Grâce à ce flux de travail, une variété d’ARNm-LNP peuvent être formulés et testés pour leur efficacité in vitro et in vivo. Les lipides et les excipients ionisables peuvent être échangés et combinés à différents rapports molaires et à différents rapports de poids lipides/ARNm ionisables pour produire des ARNm-LNP ayant des propriétés physico-chimiques différentes22. Ici, nous avons formulé des ARNm-LNP C12-200 avec un rapport molaire de 35/16/46,5/2,5 (lipide ionisable :lipide auxiliaire :cholestérol :lipide-PEG) à un rapport lipide/poids ARNm ionisable de 10 :1. Ces LNP ont été testés pour leur efficacité de transfection in vitro dans des cellules HepG2 et in vivo chez des souris C57BL/6. Les ARNm-LNP C12-200 ont été synthétisés par mélange microfluidique à l’aide d’un instrument microfluidique disponible dans le commerce. Bien que d’autres méthodes de formulation puissent être utilisées pour formuler des LNP, telles que le mélange à la pipette ou le mélange à jonction en T 4, le mélange microfluidique formule des ARNm-LNP qui sont généralement plus petits, moins polydispersés et ont des efficacités d’encapsulation plus élevées 4,13,23,24.

La formulation des ARNm-LNP avec l’instrument microfluidique disponible dans le commerce permet une formulation simple et flexible des LNP. Le débit au début d’un cycle varie par rapport au débit cible défini lorsque les poussoirs de seringue accélèrent à pleine vitesse. Cela peut conduire à des caractéristiques de particules variables et à des résultats incohérents. Pour y remédier, l’instrument microfluidique a été conçu pour collecter les LNP formulés au début et à la fin d’une formulation en tant que déchets séparément des LNP formulés en régime permanent. Cela peut diminuer la polydispersité et conduire à des propriétés de particules plus cohérentes. Les déchets de départ peuvent être calculés en fonction de la combinaison de seringues utilisées pour la formulation, conformément au manuel du fabricant. Cependant, les déchets finaux ne subissent pas le même degré de conditions d’écoulement non stationnaires, de sorte que le volume est souvent réglé à 0,05 mL pour toutes les combinaisons de seringues, conformément à la recommandation du fabricant.

Il est essentiel de tenir compte du volume mort dans les seringues et les tubes lors de la préparation des volumes corrects des phases organique et aqueuse. La préparation de 10 % de volume supplémentaire de chaque phase permet de formuler le volume minimum de GNL souhaité. Dans ce protocole, un volume total de formulation de 4,7 mL a été introduit avec 0,7 mL de déchets, ce qui a permis de collecter 4 mL de GNL dans des conditions d’équilibre. Cependant, 1,3 mL de la phase organique et 3,9 mL de la phase aqueuse ont été préparés pour la formulation. Cela garantit que la seringue de 5 ml peut être remplie jusqu’à la marque de 3,6 ml et que la seringue de 3 ml peut être remplie jusqu’à la marque de 1,2 ml. Si le volume atteint les repères sur les seringues, les spécifications de volume utilisées sur l’instrument microfluidique sont des entrées sûres. L’écran final avant d’appuyer sur le bouton « START » est crucial pour s’assurer que tous les paramètres sont corrects. Il est important de faire une dernière vérification sur les types de seringues, les volumes dans les seringues, les volumes à distribuer, l’emplacement des seringues et les débits.

Après la formulation des ARNm-LNP, l’étape de dialyse comporte quelques considérations importantes à garder à l’esprit.
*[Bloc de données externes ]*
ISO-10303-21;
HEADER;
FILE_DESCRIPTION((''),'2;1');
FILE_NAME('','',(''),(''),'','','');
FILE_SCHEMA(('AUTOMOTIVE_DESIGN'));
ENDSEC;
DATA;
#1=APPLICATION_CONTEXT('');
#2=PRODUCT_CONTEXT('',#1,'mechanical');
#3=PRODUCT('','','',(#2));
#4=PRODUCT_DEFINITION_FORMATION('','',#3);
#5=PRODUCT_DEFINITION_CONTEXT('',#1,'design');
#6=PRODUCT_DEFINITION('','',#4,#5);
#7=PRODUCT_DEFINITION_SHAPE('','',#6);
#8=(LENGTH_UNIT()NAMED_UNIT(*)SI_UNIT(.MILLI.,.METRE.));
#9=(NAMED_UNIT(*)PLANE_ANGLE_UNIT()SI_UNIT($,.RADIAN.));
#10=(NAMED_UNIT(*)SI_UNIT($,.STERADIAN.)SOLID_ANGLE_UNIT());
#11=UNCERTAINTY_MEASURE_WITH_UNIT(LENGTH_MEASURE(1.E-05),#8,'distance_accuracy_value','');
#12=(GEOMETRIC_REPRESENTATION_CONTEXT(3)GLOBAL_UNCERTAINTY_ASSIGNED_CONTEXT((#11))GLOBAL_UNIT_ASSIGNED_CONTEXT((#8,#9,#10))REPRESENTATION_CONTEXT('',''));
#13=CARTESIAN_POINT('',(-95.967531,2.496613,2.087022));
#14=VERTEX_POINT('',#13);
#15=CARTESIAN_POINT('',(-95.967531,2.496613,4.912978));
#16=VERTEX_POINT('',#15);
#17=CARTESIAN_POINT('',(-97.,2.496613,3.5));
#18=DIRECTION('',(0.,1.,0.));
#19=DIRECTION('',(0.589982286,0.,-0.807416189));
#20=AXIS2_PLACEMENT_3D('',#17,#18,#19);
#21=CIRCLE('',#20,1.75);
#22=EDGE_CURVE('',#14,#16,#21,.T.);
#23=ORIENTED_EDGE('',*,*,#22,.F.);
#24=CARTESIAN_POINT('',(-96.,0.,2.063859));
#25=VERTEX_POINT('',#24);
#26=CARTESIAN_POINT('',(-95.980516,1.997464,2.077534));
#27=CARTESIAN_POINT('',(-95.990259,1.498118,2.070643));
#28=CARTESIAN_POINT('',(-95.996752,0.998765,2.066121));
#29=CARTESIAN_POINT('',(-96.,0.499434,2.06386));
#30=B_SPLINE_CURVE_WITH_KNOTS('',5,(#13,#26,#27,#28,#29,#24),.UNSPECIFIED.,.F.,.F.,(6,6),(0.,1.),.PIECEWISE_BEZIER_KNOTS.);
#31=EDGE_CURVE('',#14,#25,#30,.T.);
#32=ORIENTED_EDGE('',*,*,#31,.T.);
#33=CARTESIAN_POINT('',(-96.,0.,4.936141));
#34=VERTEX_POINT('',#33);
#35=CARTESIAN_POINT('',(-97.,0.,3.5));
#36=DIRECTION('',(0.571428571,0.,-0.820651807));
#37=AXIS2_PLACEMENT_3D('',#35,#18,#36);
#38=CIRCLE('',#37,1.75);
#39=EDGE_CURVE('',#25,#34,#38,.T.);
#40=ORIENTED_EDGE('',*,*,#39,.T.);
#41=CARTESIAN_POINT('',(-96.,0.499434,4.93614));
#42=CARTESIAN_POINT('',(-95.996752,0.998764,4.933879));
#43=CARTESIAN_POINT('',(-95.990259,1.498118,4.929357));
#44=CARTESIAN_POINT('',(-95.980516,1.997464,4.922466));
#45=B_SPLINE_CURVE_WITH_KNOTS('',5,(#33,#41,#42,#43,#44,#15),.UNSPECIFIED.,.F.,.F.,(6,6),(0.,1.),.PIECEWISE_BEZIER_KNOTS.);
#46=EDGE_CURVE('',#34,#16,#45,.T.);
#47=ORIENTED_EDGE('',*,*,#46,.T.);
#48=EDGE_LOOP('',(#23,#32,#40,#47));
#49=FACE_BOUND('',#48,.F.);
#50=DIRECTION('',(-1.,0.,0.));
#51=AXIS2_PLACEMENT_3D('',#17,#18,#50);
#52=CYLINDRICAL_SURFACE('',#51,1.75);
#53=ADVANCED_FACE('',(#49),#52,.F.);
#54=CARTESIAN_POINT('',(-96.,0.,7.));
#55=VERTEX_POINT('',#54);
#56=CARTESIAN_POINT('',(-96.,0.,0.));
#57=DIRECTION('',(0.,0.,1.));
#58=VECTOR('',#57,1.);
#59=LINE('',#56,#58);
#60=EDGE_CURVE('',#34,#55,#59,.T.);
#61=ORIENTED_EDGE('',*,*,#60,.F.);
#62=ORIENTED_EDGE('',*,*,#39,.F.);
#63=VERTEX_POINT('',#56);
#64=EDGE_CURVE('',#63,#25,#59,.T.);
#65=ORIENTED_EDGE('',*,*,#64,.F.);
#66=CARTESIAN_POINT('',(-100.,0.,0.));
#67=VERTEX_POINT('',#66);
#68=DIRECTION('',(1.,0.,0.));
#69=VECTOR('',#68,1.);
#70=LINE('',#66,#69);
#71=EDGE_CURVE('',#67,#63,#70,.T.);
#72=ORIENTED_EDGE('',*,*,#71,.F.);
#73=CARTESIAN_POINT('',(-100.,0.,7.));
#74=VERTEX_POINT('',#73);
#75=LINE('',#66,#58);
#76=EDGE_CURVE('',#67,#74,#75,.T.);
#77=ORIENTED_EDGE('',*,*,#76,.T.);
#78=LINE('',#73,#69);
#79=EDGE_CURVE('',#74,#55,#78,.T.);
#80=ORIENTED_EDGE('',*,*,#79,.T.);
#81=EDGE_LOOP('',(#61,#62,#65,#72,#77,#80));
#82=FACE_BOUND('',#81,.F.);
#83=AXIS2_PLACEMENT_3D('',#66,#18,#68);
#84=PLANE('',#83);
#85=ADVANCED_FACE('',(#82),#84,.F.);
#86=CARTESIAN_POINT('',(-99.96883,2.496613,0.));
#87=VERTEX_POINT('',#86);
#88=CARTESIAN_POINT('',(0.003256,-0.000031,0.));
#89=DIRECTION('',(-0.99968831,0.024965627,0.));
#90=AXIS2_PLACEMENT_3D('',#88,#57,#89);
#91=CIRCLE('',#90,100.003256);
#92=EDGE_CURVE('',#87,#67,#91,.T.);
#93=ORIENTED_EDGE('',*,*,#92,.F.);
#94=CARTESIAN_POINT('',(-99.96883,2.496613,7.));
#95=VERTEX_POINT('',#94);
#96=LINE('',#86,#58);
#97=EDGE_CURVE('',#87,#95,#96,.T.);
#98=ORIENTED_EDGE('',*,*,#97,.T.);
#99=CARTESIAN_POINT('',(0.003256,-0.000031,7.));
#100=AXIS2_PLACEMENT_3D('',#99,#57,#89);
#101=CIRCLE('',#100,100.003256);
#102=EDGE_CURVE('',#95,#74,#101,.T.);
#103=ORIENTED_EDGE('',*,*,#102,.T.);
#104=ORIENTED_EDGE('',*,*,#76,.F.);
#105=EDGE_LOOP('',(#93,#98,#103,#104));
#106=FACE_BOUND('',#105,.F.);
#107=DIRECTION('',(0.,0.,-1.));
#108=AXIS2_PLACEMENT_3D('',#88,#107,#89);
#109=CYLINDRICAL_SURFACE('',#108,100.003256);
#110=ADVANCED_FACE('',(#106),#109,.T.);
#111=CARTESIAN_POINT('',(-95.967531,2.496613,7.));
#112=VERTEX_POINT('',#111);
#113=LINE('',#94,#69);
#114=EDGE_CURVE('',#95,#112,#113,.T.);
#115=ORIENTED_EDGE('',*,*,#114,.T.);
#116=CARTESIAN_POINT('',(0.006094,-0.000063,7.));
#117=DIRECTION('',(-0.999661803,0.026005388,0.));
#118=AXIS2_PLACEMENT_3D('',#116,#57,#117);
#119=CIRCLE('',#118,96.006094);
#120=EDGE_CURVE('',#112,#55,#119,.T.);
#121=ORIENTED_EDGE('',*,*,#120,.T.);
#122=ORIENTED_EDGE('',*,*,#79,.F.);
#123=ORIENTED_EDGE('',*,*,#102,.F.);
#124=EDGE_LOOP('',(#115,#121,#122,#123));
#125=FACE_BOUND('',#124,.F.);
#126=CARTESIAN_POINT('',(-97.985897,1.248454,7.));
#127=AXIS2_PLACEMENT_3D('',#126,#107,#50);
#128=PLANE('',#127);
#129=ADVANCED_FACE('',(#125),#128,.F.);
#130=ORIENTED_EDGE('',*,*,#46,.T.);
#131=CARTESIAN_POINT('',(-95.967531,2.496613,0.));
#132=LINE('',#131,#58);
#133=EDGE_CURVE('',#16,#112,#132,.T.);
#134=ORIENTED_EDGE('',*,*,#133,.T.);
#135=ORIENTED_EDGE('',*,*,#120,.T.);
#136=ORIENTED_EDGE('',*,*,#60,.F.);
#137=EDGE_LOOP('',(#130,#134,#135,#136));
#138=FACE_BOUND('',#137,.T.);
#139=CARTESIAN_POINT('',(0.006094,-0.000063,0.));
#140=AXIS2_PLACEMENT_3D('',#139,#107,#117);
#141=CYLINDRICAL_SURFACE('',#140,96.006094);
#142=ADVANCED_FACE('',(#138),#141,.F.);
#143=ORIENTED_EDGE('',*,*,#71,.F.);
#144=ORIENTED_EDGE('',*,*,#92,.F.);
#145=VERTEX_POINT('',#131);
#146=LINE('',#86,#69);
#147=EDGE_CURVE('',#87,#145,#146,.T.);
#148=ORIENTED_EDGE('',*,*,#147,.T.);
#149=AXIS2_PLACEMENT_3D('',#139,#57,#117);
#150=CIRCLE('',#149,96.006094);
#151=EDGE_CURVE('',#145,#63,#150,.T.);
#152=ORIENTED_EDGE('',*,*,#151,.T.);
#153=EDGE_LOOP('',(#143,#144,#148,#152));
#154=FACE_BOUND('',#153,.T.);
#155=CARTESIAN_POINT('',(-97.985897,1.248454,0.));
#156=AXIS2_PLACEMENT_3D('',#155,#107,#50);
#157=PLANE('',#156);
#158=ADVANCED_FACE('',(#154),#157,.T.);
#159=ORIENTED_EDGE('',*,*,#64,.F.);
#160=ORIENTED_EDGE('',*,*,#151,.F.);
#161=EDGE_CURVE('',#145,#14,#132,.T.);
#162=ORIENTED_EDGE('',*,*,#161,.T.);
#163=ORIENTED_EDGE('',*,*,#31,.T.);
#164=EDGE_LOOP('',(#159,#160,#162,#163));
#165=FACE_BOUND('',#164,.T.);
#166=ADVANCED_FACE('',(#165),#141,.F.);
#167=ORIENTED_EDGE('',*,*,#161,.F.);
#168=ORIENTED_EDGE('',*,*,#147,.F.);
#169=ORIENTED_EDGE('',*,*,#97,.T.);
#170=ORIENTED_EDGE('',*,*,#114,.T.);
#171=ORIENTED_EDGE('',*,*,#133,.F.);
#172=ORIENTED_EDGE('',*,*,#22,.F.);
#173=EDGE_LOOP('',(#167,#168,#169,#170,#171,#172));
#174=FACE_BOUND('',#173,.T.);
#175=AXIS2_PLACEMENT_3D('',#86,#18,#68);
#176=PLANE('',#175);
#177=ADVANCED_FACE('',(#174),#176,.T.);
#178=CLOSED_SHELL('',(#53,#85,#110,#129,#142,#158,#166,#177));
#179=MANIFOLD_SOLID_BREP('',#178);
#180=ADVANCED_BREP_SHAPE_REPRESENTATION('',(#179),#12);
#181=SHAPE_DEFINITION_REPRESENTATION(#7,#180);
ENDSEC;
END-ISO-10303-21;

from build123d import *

# Parameters (mm, degrees)
PAD_DEPTH    = 7
SKETCH001_R  = 1.75
POCKET_DEPTH = 5


with BuildPart() as part:
    # Sketch → Pad (new body)
    with BuildSketch(Plane.XY):
        with BuildLine():
            ThreePointArc((-95.967531, 2.496613), (-95.991882, 1.248412), (-96, 0))
            Line((-100, 0), (-96, 0))
            ThreePointArc((-99.96883, 2.496613), (-99.992207, 1.248404), (-100, 0))
            Line((-99.96883, 2.496613), (-95.967531, 2.496613))
        make_face()
    extrude(amount=PAD_DEPTH)

    # Sketch001 (on Face1 of Pad) → Pocket (cut)
    with BuildSketch(Plane(origin=(0, 2.496613, 0), x_dir=(-1, 0, 0), z_dir=(0, 1, 0))):
        with Locations((97, 3.5)):
            Circle(SKETCH001_R)
    extrude(amount=-POCKET_DEPTH, mode=Mode.SUBTRACT)


solid = part.part
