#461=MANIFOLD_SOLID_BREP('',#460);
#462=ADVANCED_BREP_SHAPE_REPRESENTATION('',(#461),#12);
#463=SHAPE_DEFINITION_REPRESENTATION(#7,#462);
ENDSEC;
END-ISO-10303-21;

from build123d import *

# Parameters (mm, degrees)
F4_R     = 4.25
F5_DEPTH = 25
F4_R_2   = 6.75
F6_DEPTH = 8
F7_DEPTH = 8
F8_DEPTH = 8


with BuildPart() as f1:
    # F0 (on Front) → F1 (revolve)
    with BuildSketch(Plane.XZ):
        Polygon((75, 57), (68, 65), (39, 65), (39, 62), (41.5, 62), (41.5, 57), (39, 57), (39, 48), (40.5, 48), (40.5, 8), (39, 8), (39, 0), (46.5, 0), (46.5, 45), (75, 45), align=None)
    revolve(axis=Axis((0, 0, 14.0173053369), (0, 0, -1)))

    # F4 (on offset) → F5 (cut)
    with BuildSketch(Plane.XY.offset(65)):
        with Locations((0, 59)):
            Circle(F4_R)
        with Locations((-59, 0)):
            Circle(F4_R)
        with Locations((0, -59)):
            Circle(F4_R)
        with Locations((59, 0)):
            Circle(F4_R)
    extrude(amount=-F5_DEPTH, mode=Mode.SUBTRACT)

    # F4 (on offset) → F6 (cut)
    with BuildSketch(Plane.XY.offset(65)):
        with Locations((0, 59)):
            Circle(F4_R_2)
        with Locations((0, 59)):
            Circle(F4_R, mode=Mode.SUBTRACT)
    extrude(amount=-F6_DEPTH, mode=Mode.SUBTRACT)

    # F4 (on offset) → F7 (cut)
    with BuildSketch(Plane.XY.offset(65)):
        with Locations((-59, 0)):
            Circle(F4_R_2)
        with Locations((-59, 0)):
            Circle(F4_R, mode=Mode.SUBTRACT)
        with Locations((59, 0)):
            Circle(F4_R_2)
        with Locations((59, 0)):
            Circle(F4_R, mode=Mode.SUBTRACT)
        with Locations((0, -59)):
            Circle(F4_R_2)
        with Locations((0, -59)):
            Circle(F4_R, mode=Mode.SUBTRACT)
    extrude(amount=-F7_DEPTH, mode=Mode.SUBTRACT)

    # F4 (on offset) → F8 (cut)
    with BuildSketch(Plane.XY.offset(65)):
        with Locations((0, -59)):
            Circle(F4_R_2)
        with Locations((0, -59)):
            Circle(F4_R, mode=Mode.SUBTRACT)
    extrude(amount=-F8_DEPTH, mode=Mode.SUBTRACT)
Les cassettes de dialyse utilisées nécessitent un temps d’hydratation minimum de 2 min avant que les LNP puissent être chargés. Cela augmente la flexibilité de la membrane et permet à la membrane de s’ajuster plus facilement au fur et à mesure que l’échantillon est ajouté. De plus, il faut veiller à ne pas endommager ou percer les membranes des cassettes de dialyse lors de leur chargement d’ARNm-LNP. Si les membranes sont perforées ou endommagées, les ARNm-LNP formulés peuvent être facilement perdus lors du chargement.

Dans ce protocole, nous avons testé l’efficacité in vitro des ARNm-LNP dans des cellules HepG2. Cependant, d’autres types de cellules peuvent être testés pour l’efficacité de la transfection ARNm-LNP. Si des cellules non adhérentes sont utilisées, la plaque à 96 puits nécessite une centrifugation à 500 g pendant 5 min avant tout retrait du milieu de culture cellulaire25. Cela minimise toute perte de cellules lors de l’élimination du milieu. Les cellules doivent également être testées pour détecter la présence de mycoplasmes avant toute étude de transfection de LNP. Il sera difficile d’obtenir des résultats cohérents et de comparer différentes formulations de LNP si les cellules sont testées positives pour les mycoplasmes. De plus, les cellules primaires peuvent nécessiter des doses plus élevées de LNP pour mesurer la transfection sans toxicité par rapport aux lignées cellulaires. Un test de viabilité basé sur la luciférase peut être utilisé pour évaluer la toxicité de l’ARNm-LNP in vitro à des doses variables dans les cellules primaires et les lignées cellulaires18.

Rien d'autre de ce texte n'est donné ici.